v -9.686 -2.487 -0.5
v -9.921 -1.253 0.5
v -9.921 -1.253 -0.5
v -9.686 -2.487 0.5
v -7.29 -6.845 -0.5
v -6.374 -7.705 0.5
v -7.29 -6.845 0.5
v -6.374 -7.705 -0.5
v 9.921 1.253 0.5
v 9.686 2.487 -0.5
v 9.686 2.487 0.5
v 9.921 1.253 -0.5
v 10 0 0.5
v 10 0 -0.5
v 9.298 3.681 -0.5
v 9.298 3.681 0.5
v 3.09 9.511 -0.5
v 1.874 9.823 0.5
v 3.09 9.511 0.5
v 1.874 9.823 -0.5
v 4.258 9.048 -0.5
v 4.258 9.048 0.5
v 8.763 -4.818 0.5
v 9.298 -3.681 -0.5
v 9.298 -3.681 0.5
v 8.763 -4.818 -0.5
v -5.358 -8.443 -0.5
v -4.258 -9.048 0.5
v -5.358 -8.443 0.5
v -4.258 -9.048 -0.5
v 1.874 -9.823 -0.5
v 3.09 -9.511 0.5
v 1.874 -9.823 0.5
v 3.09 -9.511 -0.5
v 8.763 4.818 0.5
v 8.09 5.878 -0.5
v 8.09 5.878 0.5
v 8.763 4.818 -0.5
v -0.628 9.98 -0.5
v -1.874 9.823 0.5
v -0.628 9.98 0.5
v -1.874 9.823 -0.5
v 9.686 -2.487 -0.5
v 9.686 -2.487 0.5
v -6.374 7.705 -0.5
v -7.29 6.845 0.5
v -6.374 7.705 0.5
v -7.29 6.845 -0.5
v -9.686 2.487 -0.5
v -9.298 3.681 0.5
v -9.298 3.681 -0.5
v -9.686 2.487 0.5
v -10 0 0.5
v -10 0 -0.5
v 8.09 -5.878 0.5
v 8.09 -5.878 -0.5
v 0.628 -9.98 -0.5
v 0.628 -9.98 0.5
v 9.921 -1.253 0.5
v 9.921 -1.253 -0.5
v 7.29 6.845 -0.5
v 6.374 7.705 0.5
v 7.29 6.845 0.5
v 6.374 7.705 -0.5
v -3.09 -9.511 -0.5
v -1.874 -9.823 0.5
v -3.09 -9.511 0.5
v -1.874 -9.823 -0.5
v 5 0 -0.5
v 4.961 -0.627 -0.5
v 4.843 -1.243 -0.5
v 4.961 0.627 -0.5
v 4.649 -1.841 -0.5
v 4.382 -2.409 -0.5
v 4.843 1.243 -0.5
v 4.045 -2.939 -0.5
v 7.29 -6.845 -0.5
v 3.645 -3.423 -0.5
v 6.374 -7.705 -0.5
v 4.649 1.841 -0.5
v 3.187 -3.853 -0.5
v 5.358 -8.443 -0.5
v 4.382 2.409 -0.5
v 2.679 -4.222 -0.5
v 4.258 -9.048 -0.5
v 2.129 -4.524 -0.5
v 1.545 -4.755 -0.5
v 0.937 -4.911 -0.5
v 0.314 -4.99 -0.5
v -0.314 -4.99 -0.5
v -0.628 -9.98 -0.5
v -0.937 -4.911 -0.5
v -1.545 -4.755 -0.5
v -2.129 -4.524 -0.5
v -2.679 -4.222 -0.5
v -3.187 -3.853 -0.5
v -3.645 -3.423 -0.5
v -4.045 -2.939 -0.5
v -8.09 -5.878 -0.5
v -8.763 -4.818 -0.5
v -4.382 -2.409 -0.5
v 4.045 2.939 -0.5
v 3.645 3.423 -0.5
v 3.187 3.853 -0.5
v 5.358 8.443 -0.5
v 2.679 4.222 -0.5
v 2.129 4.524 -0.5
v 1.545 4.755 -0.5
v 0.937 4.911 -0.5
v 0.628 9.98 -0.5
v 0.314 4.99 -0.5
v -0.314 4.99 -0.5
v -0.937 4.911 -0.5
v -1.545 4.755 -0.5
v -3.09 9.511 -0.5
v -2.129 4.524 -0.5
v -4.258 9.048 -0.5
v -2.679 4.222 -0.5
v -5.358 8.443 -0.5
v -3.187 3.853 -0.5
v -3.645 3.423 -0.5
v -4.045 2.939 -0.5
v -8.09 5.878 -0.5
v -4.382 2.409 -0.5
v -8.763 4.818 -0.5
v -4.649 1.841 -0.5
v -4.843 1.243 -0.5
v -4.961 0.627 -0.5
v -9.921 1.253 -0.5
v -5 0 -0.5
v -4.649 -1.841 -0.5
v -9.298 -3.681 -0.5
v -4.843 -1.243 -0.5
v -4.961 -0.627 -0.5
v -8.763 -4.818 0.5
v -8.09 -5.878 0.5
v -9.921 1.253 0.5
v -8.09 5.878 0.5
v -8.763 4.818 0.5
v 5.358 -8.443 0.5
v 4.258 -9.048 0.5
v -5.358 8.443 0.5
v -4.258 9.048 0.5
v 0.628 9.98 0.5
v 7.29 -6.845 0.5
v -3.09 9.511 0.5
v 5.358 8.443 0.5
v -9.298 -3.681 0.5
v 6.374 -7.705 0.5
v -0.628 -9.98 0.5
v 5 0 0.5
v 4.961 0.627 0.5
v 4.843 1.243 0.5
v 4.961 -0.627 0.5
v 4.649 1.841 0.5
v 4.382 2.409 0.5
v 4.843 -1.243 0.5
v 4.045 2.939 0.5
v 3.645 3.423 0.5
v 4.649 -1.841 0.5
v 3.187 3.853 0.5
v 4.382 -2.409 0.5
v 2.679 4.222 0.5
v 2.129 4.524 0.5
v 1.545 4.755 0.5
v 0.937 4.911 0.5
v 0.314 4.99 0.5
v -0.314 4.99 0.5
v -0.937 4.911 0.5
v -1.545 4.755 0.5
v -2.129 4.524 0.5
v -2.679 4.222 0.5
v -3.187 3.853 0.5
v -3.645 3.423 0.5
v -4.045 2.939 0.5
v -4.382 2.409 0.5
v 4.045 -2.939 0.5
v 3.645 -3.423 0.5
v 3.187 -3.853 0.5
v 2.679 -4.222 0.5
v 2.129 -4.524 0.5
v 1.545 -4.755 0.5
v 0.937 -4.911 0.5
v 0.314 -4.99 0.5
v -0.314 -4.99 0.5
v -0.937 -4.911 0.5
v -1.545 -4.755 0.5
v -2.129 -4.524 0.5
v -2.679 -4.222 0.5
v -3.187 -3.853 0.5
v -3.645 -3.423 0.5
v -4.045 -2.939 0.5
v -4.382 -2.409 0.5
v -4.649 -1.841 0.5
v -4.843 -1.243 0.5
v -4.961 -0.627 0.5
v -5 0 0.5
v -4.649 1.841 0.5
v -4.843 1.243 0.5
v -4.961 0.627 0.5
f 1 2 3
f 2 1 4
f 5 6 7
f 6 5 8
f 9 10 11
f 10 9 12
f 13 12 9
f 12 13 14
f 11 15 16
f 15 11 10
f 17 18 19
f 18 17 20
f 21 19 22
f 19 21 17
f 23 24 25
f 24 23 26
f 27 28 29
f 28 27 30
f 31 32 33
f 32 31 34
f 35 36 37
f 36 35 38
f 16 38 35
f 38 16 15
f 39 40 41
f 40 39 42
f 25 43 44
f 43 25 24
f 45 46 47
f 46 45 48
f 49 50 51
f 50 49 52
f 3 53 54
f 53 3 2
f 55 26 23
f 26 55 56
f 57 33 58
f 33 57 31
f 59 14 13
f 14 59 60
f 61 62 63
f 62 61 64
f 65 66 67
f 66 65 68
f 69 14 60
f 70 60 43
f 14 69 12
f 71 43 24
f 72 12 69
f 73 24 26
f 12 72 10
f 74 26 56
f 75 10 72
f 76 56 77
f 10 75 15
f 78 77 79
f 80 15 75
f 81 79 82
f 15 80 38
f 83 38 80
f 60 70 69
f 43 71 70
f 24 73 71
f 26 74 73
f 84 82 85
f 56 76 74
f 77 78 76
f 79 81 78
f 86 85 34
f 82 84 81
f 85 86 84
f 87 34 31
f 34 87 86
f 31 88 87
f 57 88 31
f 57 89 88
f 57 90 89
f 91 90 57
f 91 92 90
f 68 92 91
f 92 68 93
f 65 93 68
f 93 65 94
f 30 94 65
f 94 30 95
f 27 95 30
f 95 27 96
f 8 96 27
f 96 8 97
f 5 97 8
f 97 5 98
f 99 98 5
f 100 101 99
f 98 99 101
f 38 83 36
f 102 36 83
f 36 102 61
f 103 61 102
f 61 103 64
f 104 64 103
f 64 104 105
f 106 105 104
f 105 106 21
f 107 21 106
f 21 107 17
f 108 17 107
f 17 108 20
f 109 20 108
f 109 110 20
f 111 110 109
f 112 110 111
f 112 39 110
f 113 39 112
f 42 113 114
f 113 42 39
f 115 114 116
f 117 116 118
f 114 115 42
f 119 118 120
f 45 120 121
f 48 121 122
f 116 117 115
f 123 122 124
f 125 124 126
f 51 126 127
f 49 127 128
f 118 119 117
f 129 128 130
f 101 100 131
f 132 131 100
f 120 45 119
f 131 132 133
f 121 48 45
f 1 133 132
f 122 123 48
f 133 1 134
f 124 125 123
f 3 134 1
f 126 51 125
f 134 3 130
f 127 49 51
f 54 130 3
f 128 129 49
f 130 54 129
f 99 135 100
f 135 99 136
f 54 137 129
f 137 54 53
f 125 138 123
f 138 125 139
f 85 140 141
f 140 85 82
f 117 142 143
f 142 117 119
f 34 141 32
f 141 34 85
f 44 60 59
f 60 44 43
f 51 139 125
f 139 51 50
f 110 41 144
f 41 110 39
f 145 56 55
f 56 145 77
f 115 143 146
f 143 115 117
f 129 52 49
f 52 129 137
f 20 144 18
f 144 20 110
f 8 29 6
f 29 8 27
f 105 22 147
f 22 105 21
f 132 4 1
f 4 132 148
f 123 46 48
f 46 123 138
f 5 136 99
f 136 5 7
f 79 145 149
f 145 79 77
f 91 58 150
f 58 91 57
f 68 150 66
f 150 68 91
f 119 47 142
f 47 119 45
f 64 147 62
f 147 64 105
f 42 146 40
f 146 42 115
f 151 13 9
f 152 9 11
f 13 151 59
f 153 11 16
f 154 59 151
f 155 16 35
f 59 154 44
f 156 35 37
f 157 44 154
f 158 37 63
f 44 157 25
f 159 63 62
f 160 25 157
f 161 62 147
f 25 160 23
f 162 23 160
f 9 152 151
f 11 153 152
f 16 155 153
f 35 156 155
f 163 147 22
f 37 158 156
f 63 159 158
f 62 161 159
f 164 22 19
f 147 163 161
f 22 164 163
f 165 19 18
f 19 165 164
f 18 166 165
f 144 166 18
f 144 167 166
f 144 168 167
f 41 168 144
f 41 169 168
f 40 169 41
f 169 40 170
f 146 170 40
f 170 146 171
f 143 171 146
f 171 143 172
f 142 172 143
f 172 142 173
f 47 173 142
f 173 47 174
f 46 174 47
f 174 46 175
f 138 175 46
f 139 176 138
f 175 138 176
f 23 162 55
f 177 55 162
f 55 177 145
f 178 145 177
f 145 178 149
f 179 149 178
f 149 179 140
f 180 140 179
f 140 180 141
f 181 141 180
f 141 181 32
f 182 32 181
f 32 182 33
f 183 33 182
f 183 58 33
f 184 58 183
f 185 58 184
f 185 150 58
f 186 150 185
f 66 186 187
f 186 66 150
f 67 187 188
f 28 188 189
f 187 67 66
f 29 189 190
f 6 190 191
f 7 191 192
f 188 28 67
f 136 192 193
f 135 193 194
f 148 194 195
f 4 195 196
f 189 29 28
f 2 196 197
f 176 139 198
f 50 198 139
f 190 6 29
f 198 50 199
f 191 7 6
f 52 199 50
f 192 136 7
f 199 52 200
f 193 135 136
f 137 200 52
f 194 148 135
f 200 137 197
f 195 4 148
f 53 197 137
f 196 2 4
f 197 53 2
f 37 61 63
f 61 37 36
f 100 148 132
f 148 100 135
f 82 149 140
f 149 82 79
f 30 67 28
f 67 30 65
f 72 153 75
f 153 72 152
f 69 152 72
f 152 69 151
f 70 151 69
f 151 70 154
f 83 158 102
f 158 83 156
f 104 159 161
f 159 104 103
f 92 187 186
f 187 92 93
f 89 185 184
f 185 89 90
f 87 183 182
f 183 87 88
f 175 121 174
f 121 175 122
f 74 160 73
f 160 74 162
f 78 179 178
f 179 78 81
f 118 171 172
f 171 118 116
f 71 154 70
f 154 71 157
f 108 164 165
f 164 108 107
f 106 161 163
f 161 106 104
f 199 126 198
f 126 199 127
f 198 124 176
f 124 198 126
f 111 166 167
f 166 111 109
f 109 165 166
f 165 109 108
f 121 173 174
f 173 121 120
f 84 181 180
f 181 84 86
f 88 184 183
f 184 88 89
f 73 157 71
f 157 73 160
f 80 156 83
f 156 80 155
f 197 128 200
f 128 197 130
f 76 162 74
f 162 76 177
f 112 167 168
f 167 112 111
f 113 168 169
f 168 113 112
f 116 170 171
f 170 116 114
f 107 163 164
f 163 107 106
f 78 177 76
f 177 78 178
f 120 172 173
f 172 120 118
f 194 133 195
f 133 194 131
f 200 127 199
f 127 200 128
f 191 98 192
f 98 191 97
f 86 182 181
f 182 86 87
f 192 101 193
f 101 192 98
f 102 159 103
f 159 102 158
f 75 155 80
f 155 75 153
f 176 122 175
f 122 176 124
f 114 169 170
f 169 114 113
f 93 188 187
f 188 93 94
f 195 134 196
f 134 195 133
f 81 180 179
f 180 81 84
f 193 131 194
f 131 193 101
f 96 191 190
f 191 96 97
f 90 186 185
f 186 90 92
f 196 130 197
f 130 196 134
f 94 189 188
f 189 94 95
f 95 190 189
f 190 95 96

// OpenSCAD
$fn = 50;


difference() {
	union() {
		translate(v = [0, 0, -0.5000000000]) {
			cylinder(h = 1, r = 10.0000000000);
		}
	}
	union() {
		translate(v = [0, 0, -100.0000000000]) {
			cylinder(h = 200, r = 5.0000000000);
		}
	}
}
◇ ◇ ◇ ◇
## [PROMPT]
Print only what lies in the material above starting at the line with "f 135 193 194" and ending at the line with "f 102 159 103", every line exactly as given.

## [FINAL ANSWER]
f 135 193 194
f 148 194 195
f 4 195 196
f 189 29 28
f 2 196 197
f 176 139 198
f 50 198 139
f 190 6 29
f 198 50 199
f 191 7 6
f 52 199 50
f 192 136 7
f 199 52 200
f 193 135 136
f 137 200 52
f 194 148 135
f 200 137 197
f 195 4 148
f 53 197 137
f 196 2 4
f 197 53 2
f 37 61 63
f 61 37 36
f 100 148 132
f 148 100 135
f 82 149 140
f 149 82 79
f 30 67 28
f 67 30 65
f 72 153 75
f 153 72 152
f 69 152 72
f 152 69 151
f 70 151 69
f 151 70 154
f 83 158 102
f 158 83 156
f 104 159 161
f 159 104 103
f 92 187 186
f 187 92 93
f 89 185 184
f 185 89 90
f 87 183 182
f 183 87 88
f 175 121 174
f 121 175 122
f 74 160 73
f 160 74 162
f 78 179 178
f 179 78 81
f 118 171 172
f 171 118 116
f 71 154 70
f 154 71 157
f 108 164 165
f 164 108 107
f 106 161 163
f 161 106 104
f 199 126 198
f 126 199 127
f 198 124 176
f 124 198 126
f 111 166 167
f 166 111 109
f 109 165 166
f 165 109 108
f 121 173 174
f 173 121 120
f 84 181 180
f 181 84 86
f 88 184 183
f 184 88 89
f 73 157 71
f 157 73 160
f 80 156 83
f 156 80 155
f 197 128 200
f 128 197 130
f 76 162 74
f 162 76 177
f 112 167 168
f 167 112 111
f 113 168 169
f 168 113 112
f 116 170 171
f 170 116 114
f 107 163 164
f 163 107 106
f 78 177 76
f 177 78 178
f 120 172 173
f 172 120 118
f 194 133 195
f 133 194 131
f 200 127 199
f 127 200 128
f 191 98 192
f 98 191 97
f 86 182 181
f 182 86 87
f 192 101 193
f 101 192 98
f 102 159 103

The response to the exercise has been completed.